Summary

Headcase explores themes of mental health, mental illness, and the experience of mental health care services by members of the LGBTQ community. The editors state, “We initially conceptualized Headcase in 2014 as a curated collection of personal pieces including essays, poems, illustrations, and photographs by writers and artists both established and new.” (p. xxviii) They further decided to include a broad array of patient, provider, social, racial, and ethnic perspectives to “present a broader, more in depth, and balanced conversation.” (p. xxviii)  
 
Schroeder and Theophano divide their anthology into five topical sections: (1) conversations about health and illness, (2) stories of survival, (3) encounters of a mad kind, (4) pushing boundaries, and (5) the poetics of mental health and wellness. Among pieces in the first section, Arlene Istar Lev’s “Queer Affirmative Therapy” (p. 12) introduces a concept that appears repeatedly throughout the book. Unlike traditional conversion therapy, which tries to “cure” gay persons, or even the more neutral DSM V approaches, queer affirmative therapy not only accepts LGBTQ identities, but considers them normal healthy variants. Fidelindo Lim’s and Donald Brown’s more personal essay, “Sa Kanyan Saring Mga Salita” (p. 38), explores the gay experience in Filipino culture. Among the sad stories in section two, Chana Williams tells the tale of her mother’s lobotomy as a treatment for depression and lesbian relationships. Lobotomy also appears in “Fix Me Please, I’m Gay” (section three, p. 169), where psychologist Guy Albert discusses the era of conversion therapy.  
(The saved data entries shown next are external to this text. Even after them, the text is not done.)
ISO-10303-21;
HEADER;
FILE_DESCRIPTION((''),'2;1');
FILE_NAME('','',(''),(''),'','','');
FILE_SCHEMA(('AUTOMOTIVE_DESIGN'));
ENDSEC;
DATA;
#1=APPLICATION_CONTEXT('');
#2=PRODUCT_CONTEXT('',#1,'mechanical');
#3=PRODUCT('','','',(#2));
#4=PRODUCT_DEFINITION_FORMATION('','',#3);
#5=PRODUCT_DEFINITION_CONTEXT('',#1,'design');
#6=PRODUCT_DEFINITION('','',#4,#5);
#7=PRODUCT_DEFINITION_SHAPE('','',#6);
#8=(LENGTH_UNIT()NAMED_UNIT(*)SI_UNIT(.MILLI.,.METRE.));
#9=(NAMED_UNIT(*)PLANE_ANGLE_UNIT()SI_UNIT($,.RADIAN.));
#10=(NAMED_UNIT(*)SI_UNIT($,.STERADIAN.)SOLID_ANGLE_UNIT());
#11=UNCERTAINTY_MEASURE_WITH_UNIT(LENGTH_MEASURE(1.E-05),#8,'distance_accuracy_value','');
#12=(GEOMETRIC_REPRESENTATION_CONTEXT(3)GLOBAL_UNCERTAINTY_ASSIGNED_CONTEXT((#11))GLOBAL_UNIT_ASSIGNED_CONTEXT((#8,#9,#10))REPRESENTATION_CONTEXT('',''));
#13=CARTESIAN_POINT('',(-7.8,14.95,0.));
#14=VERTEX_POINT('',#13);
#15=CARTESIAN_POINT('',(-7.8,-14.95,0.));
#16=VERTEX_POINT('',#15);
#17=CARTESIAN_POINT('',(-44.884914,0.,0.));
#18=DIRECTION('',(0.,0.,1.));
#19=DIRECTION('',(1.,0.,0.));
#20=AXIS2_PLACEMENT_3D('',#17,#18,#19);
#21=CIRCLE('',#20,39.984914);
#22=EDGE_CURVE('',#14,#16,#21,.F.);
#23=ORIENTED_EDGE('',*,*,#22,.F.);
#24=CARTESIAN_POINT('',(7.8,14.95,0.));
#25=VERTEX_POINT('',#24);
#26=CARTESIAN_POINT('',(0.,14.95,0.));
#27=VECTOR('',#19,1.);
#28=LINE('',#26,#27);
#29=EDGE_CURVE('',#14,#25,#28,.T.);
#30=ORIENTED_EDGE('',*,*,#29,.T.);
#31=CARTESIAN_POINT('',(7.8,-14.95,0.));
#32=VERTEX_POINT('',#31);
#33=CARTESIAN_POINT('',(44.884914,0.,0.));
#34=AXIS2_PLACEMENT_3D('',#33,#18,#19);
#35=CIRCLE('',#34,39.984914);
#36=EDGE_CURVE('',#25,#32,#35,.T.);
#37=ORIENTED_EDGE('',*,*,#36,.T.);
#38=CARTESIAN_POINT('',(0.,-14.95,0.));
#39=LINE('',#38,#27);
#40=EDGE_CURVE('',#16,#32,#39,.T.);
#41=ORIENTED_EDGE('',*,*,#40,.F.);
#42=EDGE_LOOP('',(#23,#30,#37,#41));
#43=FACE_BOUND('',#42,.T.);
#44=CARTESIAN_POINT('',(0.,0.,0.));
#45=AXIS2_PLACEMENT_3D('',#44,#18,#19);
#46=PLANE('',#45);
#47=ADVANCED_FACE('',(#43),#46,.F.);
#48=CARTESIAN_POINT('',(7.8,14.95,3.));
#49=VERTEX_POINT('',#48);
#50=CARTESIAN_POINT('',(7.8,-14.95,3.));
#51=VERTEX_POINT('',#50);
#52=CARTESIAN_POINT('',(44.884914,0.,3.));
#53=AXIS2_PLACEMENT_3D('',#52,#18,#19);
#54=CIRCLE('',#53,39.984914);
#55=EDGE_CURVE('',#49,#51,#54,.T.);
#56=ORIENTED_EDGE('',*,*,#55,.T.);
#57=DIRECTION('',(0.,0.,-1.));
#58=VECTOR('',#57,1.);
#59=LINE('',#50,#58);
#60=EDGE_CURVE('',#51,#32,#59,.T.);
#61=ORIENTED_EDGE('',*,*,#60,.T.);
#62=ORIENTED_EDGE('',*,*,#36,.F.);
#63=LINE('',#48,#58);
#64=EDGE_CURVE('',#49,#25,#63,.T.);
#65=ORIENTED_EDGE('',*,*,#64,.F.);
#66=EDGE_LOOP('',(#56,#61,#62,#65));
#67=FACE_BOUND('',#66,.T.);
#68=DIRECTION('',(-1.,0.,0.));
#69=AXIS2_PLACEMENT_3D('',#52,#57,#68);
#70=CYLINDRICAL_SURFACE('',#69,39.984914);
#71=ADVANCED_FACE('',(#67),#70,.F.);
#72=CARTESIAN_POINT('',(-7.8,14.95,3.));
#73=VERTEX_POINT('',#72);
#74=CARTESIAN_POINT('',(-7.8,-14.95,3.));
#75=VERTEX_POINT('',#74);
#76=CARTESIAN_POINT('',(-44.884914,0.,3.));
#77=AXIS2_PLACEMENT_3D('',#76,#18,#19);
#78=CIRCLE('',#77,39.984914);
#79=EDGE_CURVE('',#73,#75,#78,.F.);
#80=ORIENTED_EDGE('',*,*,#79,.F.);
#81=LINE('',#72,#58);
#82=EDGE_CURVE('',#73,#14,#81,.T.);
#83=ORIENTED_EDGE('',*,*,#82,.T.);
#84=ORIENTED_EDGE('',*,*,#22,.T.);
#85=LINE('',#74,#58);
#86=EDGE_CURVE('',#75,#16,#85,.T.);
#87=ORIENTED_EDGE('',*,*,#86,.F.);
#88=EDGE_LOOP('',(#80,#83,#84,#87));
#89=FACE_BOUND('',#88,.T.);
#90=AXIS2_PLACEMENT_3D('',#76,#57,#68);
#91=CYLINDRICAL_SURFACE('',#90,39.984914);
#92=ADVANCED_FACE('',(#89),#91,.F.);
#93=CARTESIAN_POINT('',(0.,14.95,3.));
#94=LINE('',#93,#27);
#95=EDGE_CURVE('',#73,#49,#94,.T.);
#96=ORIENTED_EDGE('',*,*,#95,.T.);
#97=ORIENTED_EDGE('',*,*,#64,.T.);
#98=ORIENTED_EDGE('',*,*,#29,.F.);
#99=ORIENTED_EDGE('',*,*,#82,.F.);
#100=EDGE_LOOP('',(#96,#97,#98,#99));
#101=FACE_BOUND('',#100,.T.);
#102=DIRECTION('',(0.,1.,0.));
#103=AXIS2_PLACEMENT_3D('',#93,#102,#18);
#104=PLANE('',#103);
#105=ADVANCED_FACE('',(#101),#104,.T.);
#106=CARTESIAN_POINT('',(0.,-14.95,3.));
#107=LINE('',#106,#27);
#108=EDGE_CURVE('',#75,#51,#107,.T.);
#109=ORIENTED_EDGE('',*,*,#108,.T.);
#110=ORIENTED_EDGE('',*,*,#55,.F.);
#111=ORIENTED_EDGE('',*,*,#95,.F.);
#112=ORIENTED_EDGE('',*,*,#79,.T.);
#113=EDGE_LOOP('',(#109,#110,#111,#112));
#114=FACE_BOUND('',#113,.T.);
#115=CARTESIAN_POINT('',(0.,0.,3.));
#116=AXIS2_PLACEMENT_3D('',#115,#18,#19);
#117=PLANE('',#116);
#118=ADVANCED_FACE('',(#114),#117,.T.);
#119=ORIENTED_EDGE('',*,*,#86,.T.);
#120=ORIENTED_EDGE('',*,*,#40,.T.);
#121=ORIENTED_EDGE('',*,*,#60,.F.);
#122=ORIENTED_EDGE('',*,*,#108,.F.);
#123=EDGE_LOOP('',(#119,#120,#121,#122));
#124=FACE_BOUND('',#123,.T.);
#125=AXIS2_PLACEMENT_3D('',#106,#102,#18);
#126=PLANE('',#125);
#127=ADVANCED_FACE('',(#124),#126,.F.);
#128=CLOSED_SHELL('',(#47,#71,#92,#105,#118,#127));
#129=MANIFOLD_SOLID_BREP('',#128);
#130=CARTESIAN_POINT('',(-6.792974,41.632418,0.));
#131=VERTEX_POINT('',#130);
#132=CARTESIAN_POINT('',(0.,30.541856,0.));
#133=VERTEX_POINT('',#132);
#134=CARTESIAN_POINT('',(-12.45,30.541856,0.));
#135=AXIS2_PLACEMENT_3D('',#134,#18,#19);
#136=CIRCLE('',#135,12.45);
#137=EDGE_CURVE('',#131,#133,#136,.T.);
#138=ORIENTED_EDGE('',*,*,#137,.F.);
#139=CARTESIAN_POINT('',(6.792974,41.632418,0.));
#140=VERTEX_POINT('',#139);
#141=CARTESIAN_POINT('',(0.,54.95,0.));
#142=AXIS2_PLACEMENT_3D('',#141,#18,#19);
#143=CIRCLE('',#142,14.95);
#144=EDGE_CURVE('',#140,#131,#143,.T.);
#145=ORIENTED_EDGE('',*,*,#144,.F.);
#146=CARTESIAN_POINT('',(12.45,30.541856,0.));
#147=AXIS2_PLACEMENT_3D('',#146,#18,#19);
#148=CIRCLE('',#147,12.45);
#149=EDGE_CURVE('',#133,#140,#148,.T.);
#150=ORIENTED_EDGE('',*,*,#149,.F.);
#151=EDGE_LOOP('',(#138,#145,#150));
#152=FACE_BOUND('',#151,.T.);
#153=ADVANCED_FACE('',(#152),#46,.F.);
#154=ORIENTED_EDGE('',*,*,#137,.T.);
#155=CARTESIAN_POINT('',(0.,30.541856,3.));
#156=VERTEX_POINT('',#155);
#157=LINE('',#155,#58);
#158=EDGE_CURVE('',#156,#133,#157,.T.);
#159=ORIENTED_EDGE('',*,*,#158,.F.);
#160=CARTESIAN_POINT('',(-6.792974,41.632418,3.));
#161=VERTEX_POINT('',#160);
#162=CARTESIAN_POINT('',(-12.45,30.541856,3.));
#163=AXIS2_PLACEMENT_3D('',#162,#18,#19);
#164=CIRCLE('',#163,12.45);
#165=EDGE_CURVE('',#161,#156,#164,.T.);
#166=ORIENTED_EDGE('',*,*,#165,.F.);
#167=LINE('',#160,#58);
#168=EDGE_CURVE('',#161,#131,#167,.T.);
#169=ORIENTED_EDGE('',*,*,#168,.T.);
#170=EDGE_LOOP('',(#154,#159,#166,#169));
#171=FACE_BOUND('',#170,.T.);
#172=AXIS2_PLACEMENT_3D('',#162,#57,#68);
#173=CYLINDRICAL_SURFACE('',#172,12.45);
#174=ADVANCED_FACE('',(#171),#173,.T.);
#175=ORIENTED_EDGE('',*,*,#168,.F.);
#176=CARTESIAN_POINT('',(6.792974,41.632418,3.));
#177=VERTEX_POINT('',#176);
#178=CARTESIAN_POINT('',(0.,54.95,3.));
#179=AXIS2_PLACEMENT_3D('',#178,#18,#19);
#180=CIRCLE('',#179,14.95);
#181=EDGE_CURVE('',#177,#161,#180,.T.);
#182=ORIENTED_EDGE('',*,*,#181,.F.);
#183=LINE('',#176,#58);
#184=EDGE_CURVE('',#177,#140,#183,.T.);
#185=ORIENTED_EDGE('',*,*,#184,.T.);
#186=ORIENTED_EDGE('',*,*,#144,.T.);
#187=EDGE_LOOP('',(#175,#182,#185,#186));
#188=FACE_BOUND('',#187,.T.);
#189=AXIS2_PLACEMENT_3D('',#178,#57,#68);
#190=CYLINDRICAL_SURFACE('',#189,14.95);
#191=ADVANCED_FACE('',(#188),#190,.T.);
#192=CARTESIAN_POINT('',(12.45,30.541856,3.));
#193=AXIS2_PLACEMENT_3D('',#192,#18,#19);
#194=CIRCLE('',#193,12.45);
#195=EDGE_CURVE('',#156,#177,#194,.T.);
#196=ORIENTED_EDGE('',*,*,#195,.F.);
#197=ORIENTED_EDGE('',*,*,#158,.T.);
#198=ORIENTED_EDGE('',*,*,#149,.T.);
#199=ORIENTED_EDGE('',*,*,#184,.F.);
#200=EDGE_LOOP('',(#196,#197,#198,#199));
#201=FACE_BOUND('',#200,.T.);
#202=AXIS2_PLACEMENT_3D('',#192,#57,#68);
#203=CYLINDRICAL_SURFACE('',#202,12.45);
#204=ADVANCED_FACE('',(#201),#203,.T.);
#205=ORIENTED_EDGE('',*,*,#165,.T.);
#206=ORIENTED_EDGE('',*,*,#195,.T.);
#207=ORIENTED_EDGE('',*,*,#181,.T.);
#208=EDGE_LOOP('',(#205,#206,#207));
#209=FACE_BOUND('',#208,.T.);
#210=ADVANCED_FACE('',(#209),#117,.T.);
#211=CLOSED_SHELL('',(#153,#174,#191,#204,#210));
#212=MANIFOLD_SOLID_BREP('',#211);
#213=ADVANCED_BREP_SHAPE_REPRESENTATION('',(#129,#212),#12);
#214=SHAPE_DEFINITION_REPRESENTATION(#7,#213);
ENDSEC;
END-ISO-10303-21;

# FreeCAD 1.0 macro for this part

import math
import FreeCAD as App
import Part
import Sketcher
from FreeCAD import Vector
Q = App.Units.Quantity

doc = App.newDocument("Part")
params = doc.addObject("Spreadsheet::Sheet", "Params")
for row, (alias, value) in enumerate([
    ("sketch1_width", "15.6 mm"),
    ("pad1_length", "3 mm"),
    ("sketch2_radius", "14.95 mm"),
    ("sketch2_radius2", "12.45 mm"),
    ("pad2_length", "3 mm"),
], start=1):
    params.set(f"A{row}", alias)
    params.set(f"B{row}", "=" + value)
    params.setAlias(f"B{row}", alias)

body = doc.addObject("PartDesign::Body", "Body")

# Sketch on XY plane
sketch1 = doc.addObject("Sketcher::SketchObject", "Sketch")
body.addObject(sketch1)
sketch1.AttachmentSupport = (doc.XY_Plane, [""])
sketch1.MapMode = "FlatFace"
sketch1.addGeometry([
    Part.LineSegment(Vector(7.8, 14.95, 0), Vector(-7.8, 14.95, 0)),
    Part.ArcOfCircle(Part.Circle(Vector(-44.884914, 0, 0), Vector(0, 0, 1), 39.984914), math.radians(-21.955787), math.radians(21.955787)),
    Part.LineSegment(Vector(-7.8, -14.95, 0), Vector(7.8, -14.95, 0)),
    Part.ArcOfCircle(Part.Circle(Vector(44.884914, 0, 0), Vector(0, 0, 1), 39.984914), math.radians(158.044213), math.radians(201.955787)),
], False)
sketch1.addConstraint([
    Sketcher.Constraint("Coincident", 0, 2, 1, 2),
    Sketcher.Constraint("Coincident", 1, 1, 2, 1),
    Sketcher.Constraint("Coincident", 2, 2, 3, 2),
    Sketcher.Constraint("Coincident", 3, 1, 0, 1),
    Sketcher.Constraint("Horizontal", 0),
    Sketcher.Constraint("Horizontal", 2),
    Sketcher.Constraint("Equal", 1, 3),
    Sketcher.Constraint("Symmetric", 1, 3, 3, 3, -1, 1),
    Sketcher.Constraint("Symmetric", 0, 2, 1, 1, -1),
    Sketcher.Constraint("DistanceX", 0, 2, 0, 1, Q("15.6 mm")),
    Sketcher.Constraint("DistanceY", 1, 1, 0, 2, Q("29.9 mm")),
    Sketcher.Constraint("Radius", 1, Q("39.984914 mm")),
])
sketch1.setExpression("Constraints[9]", "Params.sketch1_width")
pad1 = doc.addObject("PartDesign::Pad", "Pad")
body.addObject(pad1)
pad1.Profile = sketch1
pad1.setExpression("Length", "Params.pad1_length")
body2 = doc.addObject("PartDesign::Body", "Body001")

# Sketch on XY plane
sketch2 = doc.addObject("Sketcher::SketchObject", "Sketch001")
body2.addObject(sketch2)
sketch2.AttachmentSupport = (doc.getObject("XY_Plane001"), [""])
sketch2.MapMode = "FlatFace"
sketch2.addGeometry([
    Part.ArcOfCircle(Part.Circle(Vector(0, 54.95, 0), Vector(0, 0, 1), 14.95), math.radians(-62.974978), math.radians(242.974978)),
    Part.ArcOfCircle(Part.Circle(Vector(-12.45, 30.541856, 0), Vector(0, 0, 1), 12.45), math.radians(62.97498), math.radians(360)),
    Part.ArcOfCircle(Part.Circle(Vector(12.45, 30.541856, 0), Vector(0, 0, 1), 12.45), math.radians(-180), math.radians(117.02502)),
], False)
sketch2.addConstraint([
    Sketcher.Constraint("Tangent", 0, 2, 1, 1),
    Sketcher.Constraint("Tangent", 1, 2, 2, 1),
    Sketcher.Constraint("Tangent", 2, 2, 0, 1),
    Sketcher.Constraint("Equal", 1, 2),
    Sketcher.Constraint("Symmetric", 1, 3, 2, 3, -2),
    Sketcher.Constraint("Radius", 0, Q("14.95 mm")),
    Sketcher.Constraint("Radius", 1, Q("12.45 mm")),
    Sketcher.Constraint("DistanceY", -1, 1, 0, 3, Q("54.95 mm")),
])
sketch2.setExpression("Constraints[5]", "Params.sketch2_radius")
sketch2.setExpression("Constraints[6]", "Params.sketch2_radius2")
pad2 = doc.addObject("PartDesign::Pad", "Pad001")
body2.addObject(pad2)
pad2.Profile = sketch2
pad2.setExpression("Length", "Params.pad2_length")

doc.recompute()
In addition to essays, the conversation in Headcase includes poems, artwork (see, for example, Gabrielle Jordan Stein’s “This Work Is About Digested Socks,” p. 156), a suite of black-and-white images), a series of glyphs, and even a graphic story about J.R. Sullivan Voss’ attempts to fit into society as a trans-man, “Sisyphus (Or: Rocks Fall and Everyone Dies.” (p. 88) In the final section, Guy Glass presents an excerpt of his play, “Doctor Anonymous,” about the 1972 American Psychiatric Association meeting in which a closeted gay psychiatrist wearing a mask  asserted the normality of gay identity. (p. 260) To contemporary viewers, the most shocking revelation in the play is the fact that at that time homosexuality was considered a mental disorder and conversion therapy was a standard practice.
 




Commentary

From a broad array of perspectives, Headcase tells a story that begins with alienation and suffering but gradually reveals a more enlightened present and quite possibly a brighter future. The anthology’s historical axis moves from pre-1973 abnormality and conversion therapy to today’s queer affirmation therapy, which is a style of treatment for depression and other disorders contextualized for LGBTQ persons. The personal axis includes struggles of writers and artists to achieve or preserve their mental health in a health care system that considered them abnormal and to deal with conditions like depression and post-traumatic stress disorder in a queer affirmative environment. The artistic axis ranges from straightforward historical reporting to intensely personal essays, poems, and graphic arts.  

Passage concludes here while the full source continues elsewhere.